[Saved data entries]
%%

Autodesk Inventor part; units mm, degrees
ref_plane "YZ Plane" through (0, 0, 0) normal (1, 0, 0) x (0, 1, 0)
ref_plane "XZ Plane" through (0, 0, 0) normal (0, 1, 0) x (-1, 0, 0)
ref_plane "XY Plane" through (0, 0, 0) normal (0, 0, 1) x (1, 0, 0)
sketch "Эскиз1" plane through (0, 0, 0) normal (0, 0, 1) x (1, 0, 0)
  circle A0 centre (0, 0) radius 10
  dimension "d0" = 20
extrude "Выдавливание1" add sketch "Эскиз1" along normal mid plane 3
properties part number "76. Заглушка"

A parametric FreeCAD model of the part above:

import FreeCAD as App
import Part
import Sketcher
Q = App.Units.Quantity

doc = App.newDocument("Part")
body = doc.addObject("PartDesign::Body", "Body")

sketch1 = doc.addObject("Sketcher::SketchObject", "Sketch")
body.addObject(sketch1)
sketch1.AttachmentSupport = (doc.XY_Plane, [""])
sketch1.MapMode = "FlatFace"
sketch1.addGeometry(Part.Circle(App.Vector(0, 0, 0), App.Vector(0, 0, 1), 10), False)
sketch1.addConstraint(Sketcher.Constraint("Coincident", 0, 3, -1, 1))
sketch1.addConstraint(Sketcher.Constraint("Diameter", 0, Q("20 mm")))
pad1 = doc.addObject("PartDesign::Pad", "Pad")
body.addObject(pad1)
pad1.Profile = sketch1
pad1.Length = 3
pad1.Midplane = True

doc.recompute()
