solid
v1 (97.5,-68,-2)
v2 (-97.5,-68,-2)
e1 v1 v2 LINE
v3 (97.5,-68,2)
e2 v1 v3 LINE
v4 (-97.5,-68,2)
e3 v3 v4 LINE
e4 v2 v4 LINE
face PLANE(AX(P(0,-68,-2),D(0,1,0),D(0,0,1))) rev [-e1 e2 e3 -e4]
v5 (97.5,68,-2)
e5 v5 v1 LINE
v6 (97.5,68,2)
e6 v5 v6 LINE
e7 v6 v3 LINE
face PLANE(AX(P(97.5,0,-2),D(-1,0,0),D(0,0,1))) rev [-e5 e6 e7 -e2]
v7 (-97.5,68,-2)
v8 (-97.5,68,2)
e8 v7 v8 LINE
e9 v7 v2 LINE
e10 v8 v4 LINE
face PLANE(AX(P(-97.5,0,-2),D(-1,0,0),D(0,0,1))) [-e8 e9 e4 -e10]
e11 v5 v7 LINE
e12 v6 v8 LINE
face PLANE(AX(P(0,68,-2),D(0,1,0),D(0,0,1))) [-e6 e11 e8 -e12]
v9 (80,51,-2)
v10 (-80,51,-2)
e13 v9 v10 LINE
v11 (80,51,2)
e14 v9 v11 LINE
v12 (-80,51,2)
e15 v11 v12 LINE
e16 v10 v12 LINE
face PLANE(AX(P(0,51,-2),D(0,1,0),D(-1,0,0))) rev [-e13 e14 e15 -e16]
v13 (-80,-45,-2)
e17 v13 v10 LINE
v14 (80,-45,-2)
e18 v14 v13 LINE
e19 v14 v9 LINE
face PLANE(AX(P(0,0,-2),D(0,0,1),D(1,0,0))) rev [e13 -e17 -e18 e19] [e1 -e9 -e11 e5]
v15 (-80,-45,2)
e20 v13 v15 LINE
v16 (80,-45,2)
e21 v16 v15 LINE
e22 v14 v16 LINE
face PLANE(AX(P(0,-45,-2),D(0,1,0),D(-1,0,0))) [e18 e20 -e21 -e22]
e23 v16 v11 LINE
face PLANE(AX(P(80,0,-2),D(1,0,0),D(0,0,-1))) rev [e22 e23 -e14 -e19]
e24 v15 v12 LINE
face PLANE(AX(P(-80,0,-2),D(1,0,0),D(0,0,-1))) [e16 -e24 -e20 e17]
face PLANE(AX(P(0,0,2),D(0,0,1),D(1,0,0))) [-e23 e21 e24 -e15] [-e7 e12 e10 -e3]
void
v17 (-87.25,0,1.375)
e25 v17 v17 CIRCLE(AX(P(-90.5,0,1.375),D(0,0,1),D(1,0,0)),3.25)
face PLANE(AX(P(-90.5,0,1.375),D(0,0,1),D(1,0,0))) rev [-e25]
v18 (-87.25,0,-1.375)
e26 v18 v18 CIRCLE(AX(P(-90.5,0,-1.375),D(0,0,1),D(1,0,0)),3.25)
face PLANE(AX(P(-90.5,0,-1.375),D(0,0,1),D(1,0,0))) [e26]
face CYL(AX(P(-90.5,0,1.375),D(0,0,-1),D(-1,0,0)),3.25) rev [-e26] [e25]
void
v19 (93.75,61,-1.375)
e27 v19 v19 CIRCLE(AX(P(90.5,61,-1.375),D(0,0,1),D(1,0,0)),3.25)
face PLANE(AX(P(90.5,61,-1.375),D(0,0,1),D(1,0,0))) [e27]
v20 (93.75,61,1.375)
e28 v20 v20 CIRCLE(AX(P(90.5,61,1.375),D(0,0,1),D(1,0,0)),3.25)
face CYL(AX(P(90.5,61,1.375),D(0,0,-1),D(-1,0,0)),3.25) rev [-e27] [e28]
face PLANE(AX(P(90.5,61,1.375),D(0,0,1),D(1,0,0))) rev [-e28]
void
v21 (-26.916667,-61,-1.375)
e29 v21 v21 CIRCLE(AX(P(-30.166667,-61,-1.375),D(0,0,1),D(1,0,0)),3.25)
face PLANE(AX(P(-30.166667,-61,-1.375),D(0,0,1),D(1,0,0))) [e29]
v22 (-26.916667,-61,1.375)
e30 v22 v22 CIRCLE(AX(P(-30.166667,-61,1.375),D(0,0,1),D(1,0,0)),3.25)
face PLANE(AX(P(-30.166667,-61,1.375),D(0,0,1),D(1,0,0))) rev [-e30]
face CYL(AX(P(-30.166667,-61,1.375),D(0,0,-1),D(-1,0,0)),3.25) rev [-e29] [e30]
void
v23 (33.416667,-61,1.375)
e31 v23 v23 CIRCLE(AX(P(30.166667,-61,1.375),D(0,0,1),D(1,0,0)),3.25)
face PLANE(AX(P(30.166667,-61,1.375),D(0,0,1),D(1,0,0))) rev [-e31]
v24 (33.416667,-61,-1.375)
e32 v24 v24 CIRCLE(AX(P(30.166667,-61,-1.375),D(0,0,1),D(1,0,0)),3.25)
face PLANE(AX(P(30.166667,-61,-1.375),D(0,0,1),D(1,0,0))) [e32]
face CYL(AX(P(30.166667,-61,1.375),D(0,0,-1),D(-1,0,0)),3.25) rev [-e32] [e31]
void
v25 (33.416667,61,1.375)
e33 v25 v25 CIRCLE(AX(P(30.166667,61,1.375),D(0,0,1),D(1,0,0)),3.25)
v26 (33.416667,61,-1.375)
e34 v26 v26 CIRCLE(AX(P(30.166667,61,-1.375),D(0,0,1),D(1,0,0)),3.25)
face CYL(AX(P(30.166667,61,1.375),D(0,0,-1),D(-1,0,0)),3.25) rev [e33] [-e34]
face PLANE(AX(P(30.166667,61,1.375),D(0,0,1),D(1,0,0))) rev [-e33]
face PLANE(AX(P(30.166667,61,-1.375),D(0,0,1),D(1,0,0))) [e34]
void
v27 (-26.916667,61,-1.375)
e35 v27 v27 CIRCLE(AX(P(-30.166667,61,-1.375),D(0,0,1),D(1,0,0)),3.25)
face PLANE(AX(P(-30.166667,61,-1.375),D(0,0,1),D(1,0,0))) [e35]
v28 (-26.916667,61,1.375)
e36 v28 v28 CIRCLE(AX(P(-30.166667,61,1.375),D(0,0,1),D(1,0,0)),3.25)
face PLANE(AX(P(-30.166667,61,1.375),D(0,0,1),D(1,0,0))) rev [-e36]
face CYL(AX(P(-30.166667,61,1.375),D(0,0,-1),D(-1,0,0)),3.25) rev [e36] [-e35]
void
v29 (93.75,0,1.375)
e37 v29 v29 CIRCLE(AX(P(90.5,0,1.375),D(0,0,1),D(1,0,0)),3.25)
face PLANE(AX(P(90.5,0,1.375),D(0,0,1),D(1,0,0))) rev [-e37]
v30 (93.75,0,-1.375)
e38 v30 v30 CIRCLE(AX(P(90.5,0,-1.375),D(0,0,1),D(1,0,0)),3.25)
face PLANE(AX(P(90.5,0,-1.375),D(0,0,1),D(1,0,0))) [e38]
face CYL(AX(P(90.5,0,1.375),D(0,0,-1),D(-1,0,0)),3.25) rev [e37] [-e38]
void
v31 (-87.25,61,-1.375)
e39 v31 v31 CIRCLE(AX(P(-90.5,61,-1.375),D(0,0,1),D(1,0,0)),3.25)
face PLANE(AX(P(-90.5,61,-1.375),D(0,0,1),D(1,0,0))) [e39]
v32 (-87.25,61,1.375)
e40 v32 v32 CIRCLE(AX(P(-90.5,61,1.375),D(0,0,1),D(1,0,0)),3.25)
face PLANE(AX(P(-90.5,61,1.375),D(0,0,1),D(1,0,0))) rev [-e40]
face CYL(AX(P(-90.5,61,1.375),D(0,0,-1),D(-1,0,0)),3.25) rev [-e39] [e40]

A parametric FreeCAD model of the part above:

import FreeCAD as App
import Part
import Sketcher

V = App.Vector
Q = App.Units.Quantity

doc = App.newDocument("Part")
body = doc.addObject("PartDesign::Body", "Body")

# Sketch on XY plane
sketch1 = body.newObject("Sketcher::SketchObject", "Sketch")
sketch1.AttachmentSupport = (doc.getObject("XY_Plane"), [""])
sketch1.MapMode = "FlatFace"
sketch1.addGeometry([
    Part.LineSegment(V(-97.5, 68, 0), V(-97.5, -68, 0)),  # 0
    Part.LineSegment(V(-97.5, -68, 0), V(97.5, -68, 0)),  # 1
    Part.LineSegment(V(97.5, -68, 0), V(97.5, 68, 0)),  # 2
    Part.LineSegment(V(97.5, 68, 0), V(-97.5, 68, 0)),  # 3
    Part.LineSegment(V(-80, 51, 0), V(80, 51, 0)),  # 4
    Part.LineSegment(V(80, 51, 0), V(80, -45, 0)),  # 5
    Part.LineSegment(V(80, -45, 0), V(-80, -45, 0)),  # 6
    Part.LineSegment(V(-80, -45, 0), V(-80, 51, 0)),  # 7
], False)
sketch1.addConstraint([
    Sketcher.Constraint("Coincident", 0, 2, 1, 1),
    Sketcher.Constraint("Coincident", 1, 2, 2, 1),
    Sketcher.Constraint("Coincident", 2, 2, 3, 1),
    Sketcher.Constraint("Coincident", 3, 2, 0, 1),
    Sketcher.Constraint("Coincident", 4, 2, 5, 1),
    Sketcher.Constraint("Coincident", 5, 2, 6, 1),
    Sketcher.Constraint("Coincident", 6, 2, 7, 1),
    Sketcher.Constraint("Coincident", 7, 2, 4, 1),
    Sketcher.Constraint("Vertical", 0),
    Sketcher.Constraint("Horizontal", 1),
    Sketcher.Constraint("Vertical", 2),
    Sketcher.Constraint("Horizontal", 3),
    Sketcher.Constraint("Horizontal", 4),
    Sketcher.Constraint("Vertical", 5),
    Sketcher.Constraint("Horizontal", 6),
    Sketcher.Constraint("Vertical", 7),
    Sketcher.Constraint("Symmetric", 0, 2, 2, 2, -1, 1),
    Sketcher.Constraint("DistanceX", 1, 1, 1, 2, Q("195 mm")),
    Sketcher.Constraint("DistanceX", 4, 1, 4, 2, Q("160 mm")),
    Sketcher.Constraint("DistanceY", 0, 2, 0, 1, Q("136 mm")),
    Sketcher.Constraint("DistanceY", 5, 2, 5, 1, Q("96 mm")),
    Sketcher.Constraint("DistanceX", -1, 1, 4, 2, Q("80 mm")),
    Sketcher.Constraint("DistanceY", -1, 1, 4, 2, Q("51 mm")),
])
pad1 = body.newObject("PartDesign::Pad", "Pad")
pad1.Profile = sketch1
pad1.Length = 2
pad1.Reversed = True

# Sketch on XY plane
sketch2 = body.newObject("Sketcher::SketchObject", "Sketch001")
sketch2.AttachmentSupport = (doc.getObject("XY_Plane"), [""])
sketch2.MapMode = "FlatFace"
sketch2.addGeometry([
    Part.LineSegment(V(-97.5, 68, 0), V(-97.5, -68, 0)),  # 0
    Part.LineSegment(V(-97.5, -68, 0), V(97.5, -68, 0)),  # 1
    Part.LineSegment(V(97.5, -68, 0), V(97.5, 68, 0)),  # 2
    Part.LineSegment(V(97.5, 68, 0), V(-97.5, 68, 0)),  # 3
    Part.LineSegment(V(-80, 51, 0), V(80, 51, 0)),  # 4
    Part.LineSegment(V(80, 51, 0), V(80, -45, 0)),  # 5
    Part.LineSegment(V(80, -45, 0), V(-80, -45, 0)),  # 6
    Part.LineSegment(V(-80, -45, 0), V(-80, 51, 0)),  # 7
], False)
sketch2.addConstraint([
    Sketcher.Constraint("Coincident", 0, 2, 1, 1),
    Sketcher.Constraint("Coincident", 1, 2, 2, 1),
    Sketcher.Constraint("Coincident", 2, 2, 3, 1),
    Sketcher.Constraint("Coincident", 3, 2, 0, 1),
    Sketcher.Constraint("Coincident", 4, 2, 5, 1),
    Sketcher.Constraint("Coincident", 5, 2, 6, 1),
    Sketcher.Constraint("Coincident", 6, 2, 7, 1),
    Sketcher.Constraint("Coincident", 7, 2, 4, 1),
    Sketcher.Constraint("Vertical", 0),
    Sketcher.Constraint("Horizontal", 1),
    Sketcher.Constraint("Vertical", 2),
    Sketcher.Constraint("Horizontal", 3),
    Sketcher.Constraint("Horizontal", 4),
    Sketcher.Constraint("Vertical", 5),
    Sketcher.Constraint("Horizontal", 6),
    Sketcher.Constraint("Vertical", 7),
    Sketcher.Constraint("Symmetric", 0, 2, 2, 2, -1, 1),
    Sketcher.Constraint("DistanceX", 1, 1, 1, 2, Q("195 mm")),
    Sketcher.Constraint("DistanceX", 4, 1, 4, 2, Q("160 mm")),
    Sketcher.Constraint("DistanceY", 0, 2, 0, 1, Q("136 mm")),
    Sketcher.Constraint("DistanceY", 5, 2, 5, 1, Q("96 mm")),
    Sketcher.Constraint("DistanceX", -1, 1, 4, 2, Q("80 mm")),
    Sketcher.Constraint("DistanceY", -1, 1, 4, 2, Q("51 mm")),
])
pad2 = body.newObject("PartDesign::Pad", "Pad001")
pad2.Profile = sketch2
pad2.Length = 2

# Sketch on XY plane
sketch3 = body.newObject("Sketcher::SketchObject", "Sketch002")
sketch3.AttachmentSupport = (doc.getObject("XY_Plane"), [""])
sketch3.MapMode = "FlatFace"
sketch3.addGeometry([
    Part.Circle(V(-90.5, 61, 0), V(0, 0, 1), 3.25),  # 0
    Part.Circle(V(90.5, 61, 0), V(0, 0, 1), 3.25),  # 1
    Part.Circle(V(-30.166667, -61, 0), V(0, 0, 1), 3.25),  # 2
    Part.Circle(V(30.166667, -61, 0), V(0, 0, 1), 3.25),  # 3
    Part.Circle(V(90.5, 0, 0), V(0, 0, 1), 3.25),  # 4
    Part.Circle(V(-30.166667, 61, 0), V(0, 0, 1), 3.25),  # 5
    Part.Circle(V(30.166667, 61, 0), V(0, 0, 1), 3.25),  # 6
    Part.Circle(V(-90.5, 0, 0), V(0, 0, 1), 3.25),  # 7
], False)
sketch3.addConstraint([
    Sketcher.Constraint("Equal", 0, 1),
    Sketcher.Constraint("Equal", 1, 2),
    Sketcher.Constraint("Equal", 2, 3),
    Sketcher.Constraint("Equal", 3, 4),
    Sketcher.Constraint("Equal", 4, 5),
    Sketcher.Constraint("Equal", 5, 6),
    Sketcher.Constraint("Equal", 6, 7),
    Sketcher.Constraint("Symmetric", 3, 3, 5, 3, -1, 1),
    Sketcher.Constraint("Symmetric", 2, 3, 6, 3, -1, 1),
    Sketcher.Constraint("Symmetric", 4, 3, 7, 3, -1, 1),
    Sketcher.Constraint("Symmetric", 0, 3, 1, 3, -2),
    Sketcher.Constraint("Symmetric", 2, 3, 3, 3, -2),
    Sketcher.Constraint("PointOnObject", 4, 3, -1),
    Sketcher.Constraint("Horizontal", 1, 3, 5, 3),
    Sketcher.Constraint("Vertical", 1, 3, 4, 3),
    Sketcher.Constraint("Diameter", 0, Q("6.5 mm")),
    Sketcher.Constraint("DistanceY", -1, 1, 0, 3, Q("61 mm")),
    Sketcher.Constraint("DistanceX", 0, 3, 1, 3, Q("181 mm")),
    Sketcher.Constraint("DistanceX", 2, 3, -1, 1, Q("30.166667 mm")),
])
pocket1 = body.newObject("PartDesign::Pocket", "Pocket")
pocket1.Profile = sketch3
pocket1.Type = "TwoLengths"
pocket1.Length = 1.375
pocket1.Length2 = 1.375
pocket1.Reversed = True

doc.recompute()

%%

» **Your assignment**
The stretch of entries above that starts with the line containing "e19 v14 v9 LINE" and goes on through the line containing "v18 (-87.25,0,-1.375)" is to be transcribed exactly, and no other line is to be transcribed.

» **Reply**
e19 v14 v9 LINE
face PLANE(AX(P(0,0,-2),D(0,0,1),D(1,0,0))) rev [e13 -e17 -e18 e19] [e1 -e9 -e11 e5]
v15 (-80,-45,2)
e20 v13 v15 LINE
v16 (80,-45,2)
e21 v16 v15 LINE
e22 v14 v16 LINE
face PLANE(AX(P(0,-45,-2),D(0,1,0),D(-1,0,0))) [e18 e20 -e21 -e22]
e23 v16 v11 LINE
face PLANE(AX(P(80,0,-2),D(1,0,0),D(0,0,-1))) rev [e22 e23 -e14 -e19]
e24 v15 v12 LINE
face PLANE(AX(P(-80,0,-2),D(1,0,0),D(0,0,-1))) [e16 -e24 -e20 e17]
face PLANE(AX(P(0,0,2),D(0,0,1),D(1,0,0))) [-e23 e21 e24 -e15] [-e7 e12 e10 -e3]
void
v17 (-87.25,0,1.375)
e25 v17 v17 CIRCLE(AX(P(-90.5,0,1.375),D(0,0,1),D(1,0,0)),3.25)
face PLANE(AX(P(-90.5,0,1.375),D(0,0,1),D(1,0,0))) rev [-e25]
v18 (-87.25,0,-1.375)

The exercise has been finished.